Exercise: From the first line to the last, copy the listing below word for word.

* * *

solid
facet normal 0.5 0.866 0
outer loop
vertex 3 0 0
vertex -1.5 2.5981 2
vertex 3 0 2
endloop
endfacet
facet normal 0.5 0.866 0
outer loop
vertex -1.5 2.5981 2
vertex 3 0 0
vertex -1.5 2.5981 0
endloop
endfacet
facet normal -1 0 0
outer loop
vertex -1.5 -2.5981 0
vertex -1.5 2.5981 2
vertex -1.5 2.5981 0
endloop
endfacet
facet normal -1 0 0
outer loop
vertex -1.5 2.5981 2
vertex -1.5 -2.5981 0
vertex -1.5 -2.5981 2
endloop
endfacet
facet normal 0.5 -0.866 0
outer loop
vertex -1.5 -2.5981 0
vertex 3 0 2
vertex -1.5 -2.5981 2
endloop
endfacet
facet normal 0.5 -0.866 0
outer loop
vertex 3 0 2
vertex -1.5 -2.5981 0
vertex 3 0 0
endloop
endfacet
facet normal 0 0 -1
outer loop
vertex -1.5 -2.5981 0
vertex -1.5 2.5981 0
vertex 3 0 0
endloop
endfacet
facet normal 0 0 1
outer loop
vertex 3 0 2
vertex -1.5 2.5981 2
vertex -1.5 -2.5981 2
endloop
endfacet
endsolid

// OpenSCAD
// Compiles to (1/0 -> inf): cylinder($fn=inf, ...); sphere(... r=inf); etc.
// SYMPTOM: every statement containing inf/nan was dropped. stderr showed
//   "syntax error near 'inf' (token ID)" per line, and PLY error recovery
//   discarded the WHOLE statement -- so a finite primitive whose only oddity
//   was $fn=inf vanished, and t3d__primitive-inf-tests.csg imported as nothing
//   where OpenSCAD renders two real solids.
// CAUSE: OpenSCAD emits inf/nan as bare tokens and its CSG reader treats them as
//   an unknown variable -> undef. FreeCAD's lexer (tokrules.py t_ID) tokenised
//   them as identifiers, hitting the grammar where a NUMBER was expected.
// FIX: tokrules.py lexes inf/nan (case-insensitive) as NUMBER so the parser
//   never derails; importCSG.py guards the consumers to match undef semantics:
//   non-finite $fn (circle/cylinder) -> unset -> smooth (int(round(inf)) would
//   also OverflowError); non-finite dimension (square/circle/sphere/cube/
//   cylinder) -> empty; non-finite vertex (polygon/polyhedron, via
//   all_points_finite) -> empty. Commit 61d6b153f3.
// EXPECTED (OpenSCAD): $fn=inf is undef -> default facets -> the cylinder RENDERS
//   smooth, V = pi*r^2*h = pi*9*2 = 18*pi; the inf-radius sphere is EMPTY.
cylinder($fn = 1/0, h = 2, r1 = 3, r2 = 3);
sphere(r = 1/0);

* * *

Response to this task:
solid
facet normal 0.5 0.866 0
outer loop
vertex 3 0 0
vertex -1.5 2.5981 2
vertex 3 0 2
endloop
endfacet
facet normal 0.5 0.866 0
outer loop
vertex -1.5 2.5981 2
vertex 3 0 0
vertex -1.5 2.5981 0
endloop
endfacet
facet normal -1 0 0
outer loop
vertex -1.5 -2.5981 0
vertex -1.5 2.5981 2
vertex -1.5 2.5981 0
endloop
endfacet
facet normal -1 0 0
outer loop
vertex -1.5 2.5981 2
vertex -1.5 -2.5981 0
vertex -1.5 -2.5981 2
endloop
endfacet
facet normal 0.5 -0.866 0
outer loop
vertex -1.5 -2.5981 0
vertex 3 0 2
vertex -1.5 -2.5981 2
endloop
endfacet
facet normal 0.5 -0.866 0
outer loop
vertex 3 0 2
vertex -1.5 -2.5981 0
vertex 3 0 0
endloop
endfacet
facet normal 0 0 -1
outer loop
vertex -1.5 -2.5981 0
vertex -1.5 2.5981 0
vertex 3 0 0
endloop
endfacet
facet normal 0 0 1
outer loop
vertex 3 0 2
vertex -1.5 2.5981 2
vertex -1.5 -2.5981 2
endloop
endfacet
endsolid

// OpenSCAD
// Compiles to (1/0 -> inf): cylinder($fn=inf, ...); sphere(... r=inf); etc.
// SYMPTOM: every statement containing inf/nan was dropped. stderr showed
//   "syntax error near 'inf' (token ID)" per line, and PLY error recovery
//   discarded the WHOLE statement -- so a finite primitive whose only oddity
//   was $fn=inf vanished, and t3d__primitive-inf-tests.csg imported as nothing
//   where OpenSCAD renders two real solids.
// CAUSE: OpenSCAD emits inf/nan as bare tokens and its CSG reader treats them as
//   an unknown variable -> undef. FreeCAD's lexer (tokrules.py t_ID) tokenised
//   them as identifiers, hitting the grammar where a NUMBER was expected.
// FIX: tokrules.py lexes inf/nan (case-insensitive) as NUMBER so the parser
//   never derails; importCSG.py guards the consumers to match undef semantics:
//   non-finite $fn (circle/cylinder) -> unset -> smooth (int(round(inf)) would
//   also OverflowError); non-finite dimension (square/circle/sphere/cube/
//   cylinder) -> empty; non-finite vertex (polygon/polyhedron, via
//   all_points_finite) -> empty. Commit 61d6b153f3.
// EXPECTED (OpenSCAD): $fn=inf is undef -> default facets -> the cylinder RENDERS
//   smooth, V = pi*r^2*h = pi*9*2 = 18*pi; the inf-radius sphere is EMPTY.
cylinder($fn = 1/0, h = 2, r1 = 3, r2 = 3);
sphere(r = 1/0);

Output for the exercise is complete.